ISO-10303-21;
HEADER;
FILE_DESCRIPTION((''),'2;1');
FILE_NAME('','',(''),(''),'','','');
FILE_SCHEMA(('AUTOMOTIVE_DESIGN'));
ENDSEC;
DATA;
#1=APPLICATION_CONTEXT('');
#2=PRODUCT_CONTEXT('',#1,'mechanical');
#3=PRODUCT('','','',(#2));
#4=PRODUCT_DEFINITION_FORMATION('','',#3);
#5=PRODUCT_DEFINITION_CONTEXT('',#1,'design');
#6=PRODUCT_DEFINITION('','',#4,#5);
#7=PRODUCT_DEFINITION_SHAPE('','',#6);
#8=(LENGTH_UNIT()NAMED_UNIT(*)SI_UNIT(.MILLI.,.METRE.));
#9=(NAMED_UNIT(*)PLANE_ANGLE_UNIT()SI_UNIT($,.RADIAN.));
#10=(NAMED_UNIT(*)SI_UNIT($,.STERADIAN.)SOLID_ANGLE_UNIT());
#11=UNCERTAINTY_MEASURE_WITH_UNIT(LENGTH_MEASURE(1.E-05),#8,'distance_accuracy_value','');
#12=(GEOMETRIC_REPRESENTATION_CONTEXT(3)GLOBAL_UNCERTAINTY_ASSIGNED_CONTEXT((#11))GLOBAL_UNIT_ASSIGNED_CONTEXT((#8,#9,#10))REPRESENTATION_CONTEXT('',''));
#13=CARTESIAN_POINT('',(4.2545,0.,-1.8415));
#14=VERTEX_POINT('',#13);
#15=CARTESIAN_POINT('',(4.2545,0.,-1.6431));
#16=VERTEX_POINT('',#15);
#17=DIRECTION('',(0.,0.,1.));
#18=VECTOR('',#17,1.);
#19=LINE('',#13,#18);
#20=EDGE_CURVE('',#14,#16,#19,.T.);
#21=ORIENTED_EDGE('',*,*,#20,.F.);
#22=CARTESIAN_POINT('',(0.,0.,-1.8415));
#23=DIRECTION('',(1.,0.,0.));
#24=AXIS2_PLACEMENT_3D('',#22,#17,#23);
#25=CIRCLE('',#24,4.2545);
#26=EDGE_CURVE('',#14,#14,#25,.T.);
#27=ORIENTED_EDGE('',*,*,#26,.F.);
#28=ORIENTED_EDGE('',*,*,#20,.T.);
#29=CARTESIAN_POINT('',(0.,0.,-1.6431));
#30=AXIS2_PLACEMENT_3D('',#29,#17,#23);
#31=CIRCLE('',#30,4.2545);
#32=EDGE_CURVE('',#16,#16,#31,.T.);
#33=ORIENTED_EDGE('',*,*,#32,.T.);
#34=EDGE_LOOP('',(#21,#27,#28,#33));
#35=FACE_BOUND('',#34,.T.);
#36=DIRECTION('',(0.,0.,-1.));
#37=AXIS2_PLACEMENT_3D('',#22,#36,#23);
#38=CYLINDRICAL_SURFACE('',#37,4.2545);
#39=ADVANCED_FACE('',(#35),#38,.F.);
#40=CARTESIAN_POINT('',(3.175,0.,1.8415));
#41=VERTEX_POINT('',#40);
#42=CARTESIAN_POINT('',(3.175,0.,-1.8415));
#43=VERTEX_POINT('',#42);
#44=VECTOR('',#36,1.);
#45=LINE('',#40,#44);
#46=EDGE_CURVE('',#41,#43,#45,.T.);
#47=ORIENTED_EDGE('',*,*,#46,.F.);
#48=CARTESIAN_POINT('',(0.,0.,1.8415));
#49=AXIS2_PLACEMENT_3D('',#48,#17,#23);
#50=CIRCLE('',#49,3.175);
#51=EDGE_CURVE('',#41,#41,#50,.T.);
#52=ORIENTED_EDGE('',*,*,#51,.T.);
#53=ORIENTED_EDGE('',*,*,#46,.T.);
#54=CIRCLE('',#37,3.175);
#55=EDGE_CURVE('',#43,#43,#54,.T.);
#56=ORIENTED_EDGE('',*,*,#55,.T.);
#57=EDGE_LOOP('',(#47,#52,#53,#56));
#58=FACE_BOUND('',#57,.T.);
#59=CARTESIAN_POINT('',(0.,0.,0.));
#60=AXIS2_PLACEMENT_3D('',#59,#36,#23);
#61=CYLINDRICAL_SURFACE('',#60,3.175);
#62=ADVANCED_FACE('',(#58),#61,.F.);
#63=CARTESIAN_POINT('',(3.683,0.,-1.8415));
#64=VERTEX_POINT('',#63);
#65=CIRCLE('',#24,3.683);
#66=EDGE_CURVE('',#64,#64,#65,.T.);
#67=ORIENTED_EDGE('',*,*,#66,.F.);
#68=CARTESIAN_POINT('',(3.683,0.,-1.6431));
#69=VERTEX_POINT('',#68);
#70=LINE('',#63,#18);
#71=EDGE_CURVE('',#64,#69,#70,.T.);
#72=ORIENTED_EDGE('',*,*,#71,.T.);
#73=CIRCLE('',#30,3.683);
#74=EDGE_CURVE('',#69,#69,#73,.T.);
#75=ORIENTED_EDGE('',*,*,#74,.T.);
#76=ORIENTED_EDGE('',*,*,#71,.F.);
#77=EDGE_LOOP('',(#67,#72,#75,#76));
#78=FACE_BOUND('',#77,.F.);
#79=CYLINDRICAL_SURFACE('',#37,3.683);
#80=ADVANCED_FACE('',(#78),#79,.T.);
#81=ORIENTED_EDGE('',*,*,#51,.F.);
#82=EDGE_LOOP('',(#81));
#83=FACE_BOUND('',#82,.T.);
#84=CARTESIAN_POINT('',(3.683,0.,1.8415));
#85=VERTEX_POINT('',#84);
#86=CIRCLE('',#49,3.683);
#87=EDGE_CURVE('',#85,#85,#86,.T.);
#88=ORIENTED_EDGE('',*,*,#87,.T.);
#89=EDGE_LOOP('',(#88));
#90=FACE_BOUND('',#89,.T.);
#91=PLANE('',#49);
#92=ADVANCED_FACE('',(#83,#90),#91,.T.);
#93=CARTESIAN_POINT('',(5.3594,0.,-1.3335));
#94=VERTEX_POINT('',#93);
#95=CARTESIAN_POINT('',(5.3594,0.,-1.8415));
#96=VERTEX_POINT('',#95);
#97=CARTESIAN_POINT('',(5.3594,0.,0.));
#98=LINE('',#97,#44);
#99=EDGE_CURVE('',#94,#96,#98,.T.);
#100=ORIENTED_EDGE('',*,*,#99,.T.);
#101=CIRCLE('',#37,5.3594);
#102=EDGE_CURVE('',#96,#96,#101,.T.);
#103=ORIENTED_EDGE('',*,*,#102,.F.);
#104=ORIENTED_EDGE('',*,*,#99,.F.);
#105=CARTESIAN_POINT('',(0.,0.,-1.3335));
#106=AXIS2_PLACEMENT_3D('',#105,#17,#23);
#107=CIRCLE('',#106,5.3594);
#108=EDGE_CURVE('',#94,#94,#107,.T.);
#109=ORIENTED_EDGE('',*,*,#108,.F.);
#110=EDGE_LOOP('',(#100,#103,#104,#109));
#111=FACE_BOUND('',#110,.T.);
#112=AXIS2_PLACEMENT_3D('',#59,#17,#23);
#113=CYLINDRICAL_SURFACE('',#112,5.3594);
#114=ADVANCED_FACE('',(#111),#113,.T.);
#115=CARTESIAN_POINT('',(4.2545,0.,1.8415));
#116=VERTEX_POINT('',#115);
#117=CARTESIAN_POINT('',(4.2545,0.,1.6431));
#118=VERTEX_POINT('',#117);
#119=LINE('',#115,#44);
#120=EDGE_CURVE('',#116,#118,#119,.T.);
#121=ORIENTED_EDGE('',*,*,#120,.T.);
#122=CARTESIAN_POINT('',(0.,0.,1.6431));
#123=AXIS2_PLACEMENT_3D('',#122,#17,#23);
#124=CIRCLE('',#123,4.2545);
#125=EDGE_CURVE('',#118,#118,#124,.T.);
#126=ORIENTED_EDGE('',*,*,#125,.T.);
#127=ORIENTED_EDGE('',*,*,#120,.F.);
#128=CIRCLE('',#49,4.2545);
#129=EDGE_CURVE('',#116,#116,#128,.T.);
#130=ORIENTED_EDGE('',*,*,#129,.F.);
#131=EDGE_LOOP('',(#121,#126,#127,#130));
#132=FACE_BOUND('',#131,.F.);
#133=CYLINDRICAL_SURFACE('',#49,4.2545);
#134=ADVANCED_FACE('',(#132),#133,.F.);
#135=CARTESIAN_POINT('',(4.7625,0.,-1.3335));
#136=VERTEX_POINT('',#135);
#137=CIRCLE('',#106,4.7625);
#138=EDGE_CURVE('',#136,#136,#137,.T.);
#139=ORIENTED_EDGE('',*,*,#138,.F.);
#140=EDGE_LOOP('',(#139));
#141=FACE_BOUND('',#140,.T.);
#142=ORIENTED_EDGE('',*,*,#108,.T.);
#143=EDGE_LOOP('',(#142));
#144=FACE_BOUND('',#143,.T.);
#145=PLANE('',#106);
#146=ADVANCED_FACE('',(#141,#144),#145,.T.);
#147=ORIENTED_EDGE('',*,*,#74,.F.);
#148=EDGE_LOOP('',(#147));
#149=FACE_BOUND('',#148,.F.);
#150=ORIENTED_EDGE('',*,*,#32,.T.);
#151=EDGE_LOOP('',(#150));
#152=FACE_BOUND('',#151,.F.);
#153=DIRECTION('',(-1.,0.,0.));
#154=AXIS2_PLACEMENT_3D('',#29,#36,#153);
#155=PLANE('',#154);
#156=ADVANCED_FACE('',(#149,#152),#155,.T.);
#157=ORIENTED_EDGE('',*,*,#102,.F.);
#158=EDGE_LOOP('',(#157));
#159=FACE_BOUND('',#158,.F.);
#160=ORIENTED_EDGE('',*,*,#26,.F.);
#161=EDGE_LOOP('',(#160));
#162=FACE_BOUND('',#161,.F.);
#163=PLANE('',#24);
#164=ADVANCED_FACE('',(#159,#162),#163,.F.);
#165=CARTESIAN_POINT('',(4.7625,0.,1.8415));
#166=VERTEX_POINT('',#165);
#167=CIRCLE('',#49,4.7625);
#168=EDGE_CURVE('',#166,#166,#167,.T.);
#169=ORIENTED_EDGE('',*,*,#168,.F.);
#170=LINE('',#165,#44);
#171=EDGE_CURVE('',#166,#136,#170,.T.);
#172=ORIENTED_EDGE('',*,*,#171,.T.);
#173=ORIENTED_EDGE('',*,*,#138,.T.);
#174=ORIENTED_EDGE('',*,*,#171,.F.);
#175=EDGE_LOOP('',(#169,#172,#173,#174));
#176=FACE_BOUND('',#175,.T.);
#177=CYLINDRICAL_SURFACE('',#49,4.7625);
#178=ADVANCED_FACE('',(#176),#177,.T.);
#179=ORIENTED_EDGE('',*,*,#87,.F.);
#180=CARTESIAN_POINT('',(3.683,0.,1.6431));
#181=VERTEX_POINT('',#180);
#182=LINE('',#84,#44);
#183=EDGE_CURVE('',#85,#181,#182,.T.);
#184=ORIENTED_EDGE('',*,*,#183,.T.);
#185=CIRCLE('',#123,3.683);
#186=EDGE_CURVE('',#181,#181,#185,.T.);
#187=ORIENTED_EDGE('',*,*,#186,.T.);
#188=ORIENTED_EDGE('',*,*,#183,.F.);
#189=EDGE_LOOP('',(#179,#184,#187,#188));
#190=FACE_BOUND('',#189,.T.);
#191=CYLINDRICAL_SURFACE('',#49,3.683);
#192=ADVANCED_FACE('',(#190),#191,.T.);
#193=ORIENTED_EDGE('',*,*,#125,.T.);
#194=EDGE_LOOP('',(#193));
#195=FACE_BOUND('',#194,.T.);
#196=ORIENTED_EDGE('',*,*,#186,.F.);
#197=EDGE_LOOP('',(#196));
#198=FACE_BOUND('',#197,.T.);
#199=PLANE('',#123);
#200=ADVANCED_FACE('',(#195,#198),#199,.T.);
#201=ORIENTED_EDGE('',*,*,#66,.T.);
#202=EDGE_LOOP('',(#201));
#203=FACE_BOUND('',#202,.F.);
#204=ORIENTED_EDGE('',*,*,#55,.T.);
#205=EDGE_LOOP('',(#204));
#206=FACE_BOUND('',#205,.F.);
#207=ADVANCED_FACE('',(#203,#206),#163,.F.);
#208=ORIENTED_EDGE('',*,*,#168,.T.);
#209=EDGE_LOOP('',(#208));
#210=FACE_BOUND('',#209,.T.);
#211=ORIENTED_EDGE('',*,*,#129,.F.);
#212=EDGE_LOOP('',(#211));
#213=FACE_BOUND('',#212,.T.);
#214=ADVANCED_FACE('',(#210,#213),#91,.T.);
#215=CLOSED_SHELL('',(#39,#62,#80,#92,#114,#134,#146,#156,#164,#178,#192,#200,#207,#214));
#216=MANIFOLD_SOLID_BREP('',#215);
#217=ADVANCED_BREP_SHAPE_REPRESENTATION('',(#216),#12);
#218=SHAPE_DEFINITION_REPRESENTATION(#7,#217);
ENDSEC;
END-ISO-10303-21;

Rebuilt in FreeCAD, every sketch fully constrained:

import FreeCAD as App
import Part
import Sketcher

V = App.Vector
Q = App.Units.Quantity

doc = App.newDocument("Part")
body = doc.addObject("PartDesign::Body", "Body")

# Sketch on XY plane
sketch1 = body.newObject("Sketcher::SketchObject", "Sketch")
sketch1.AttachmentSupport = (doc.getObject("XY_Plane"), [""])
sketch1.MapMode = "FlatFace"
sketch1.addGeometry(Part.Circle(V(0, 0, 0), V(0, 0, 1), 5.4), False)
sketch1.addGeometry(Part.Circle(V(0, 0, 0), V(0, 0, 1), 3.2), False)
sketch1.addConstraint(Sketcher.Constraint("Coincident", 0, 3, -1, 1))
sketch1.addConstraint(Sketcher.Constraint("Coincident", 1, 3, -1, 1))
sketch1.addConstraint(Sketcher.Constraint("Diameter", 1, Q("0.25 in")))
sketch1.addConstraint(Sketcher.Constraint("Diameter", 0, Q("0.422 in")))
pad1 = body.newObject("PartDesign::Pad", "Pad")
pad1.Profile = sketch1
pad1.Length = Q("0.145 in")
pad1.Midplane = True

# Sketch on XY plane
sketch2 = body.newObject("Sketcher::SketchObject", "Sketch001")
sketch2.AttachmentSupport = (doc.getObject("XY_Plane"), [""])
sketch2.MapMode = "FlatFace"
sketch2.AttachmentOffset = App.Placement(V(0, 0, 0.0725 * 25.4), App.Rotation())
sketch2.addGeometry(Part.Circle(V(0, 0, 0), V(0, 0, 1), 5.4), False)
sketch2.addGeometry(Part.Circle(V(0, 0, 0), V(0, 0, 1), 4.8), False)
sketch2.addConstraint(Sketcher.Constraint("Coincident", 0, 3, -1, 1))
sketch2.addConstraint(Sketcher.Constraint("Coincident", 1, 3, -1, 1))
sketch2.addConstraint(Sketcher.Constraint("Diameter", 1, Q("0.375 in")))
sketch2.addConstraint(Sketcher.Constraint("Diameter", 0, Q("0.422 in")))
pocket1 = body.newObject("PartDesign::Pocket", "Pocket")
pocket1.Profile = sketch2
pocket1.Length = Q("0.125 in")

# Sketch on XY plane
sketch3 = body.newObject("Sketcher::SketchObject", "Sketch002")
sketch3.AttachmentSupport = (doc.getObject("XY_Plane"), [""])
sketch3.MapMode = "FlatFace"
sketch3.AttachmentOffset = App.Placement(V(0, 0, 0.0725 * 25.4), App.Rotation())
sketch3.addGeometry(Part.Circle(V(0, 0, 0), V(0, 0, 1), 4.3), False)
sketch3.addGeometry(Part.Circle(V(0, 0, 0), V(0, 0, 1), 3.7), False)
sketch3.addConstraint(Sketcher.Constraint("Coincident", 0, 3, -1, 1))
sketch3.addConstraint(Sketcher.Constraint("Coincident", 1, 3, -1, 1))
sketch3.addConstraint(Sketcher.Constraint("Diameter", 1, Q("0.29 in")))
sketch3.addConstraint(Sketcher.Constraint("Diameter", 0, Q("0.335 in")))
pocket2 = body.newObject("PartDesign::Pocket", "Pocket001")
pocket2.Profile = sketch3
pocket2.Length = Q("0.007811 in")
doc.recompute()

mirrored = body.newObject("PartDesign::Mirrored", "Mirrored")
mirrored.Originals = [pocket2]
mirrored.MirrorPlane = (doc.getObject("XY_Plane"), [""])
body.Tip = mirrored

doc.recompute()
....
**About this task**. Look through the entries above, and wherever a line holds the string "DIRECTION", copy it.

**Exercise output**.
#17=DIRECTION('',(0.,0.,1.));
#23=DIRECTION('',(1.,0.,0.));
#36=DIRECTION('',(0.,0.,-1.));
#153=DIRECTION('',(-1.,0.,0.));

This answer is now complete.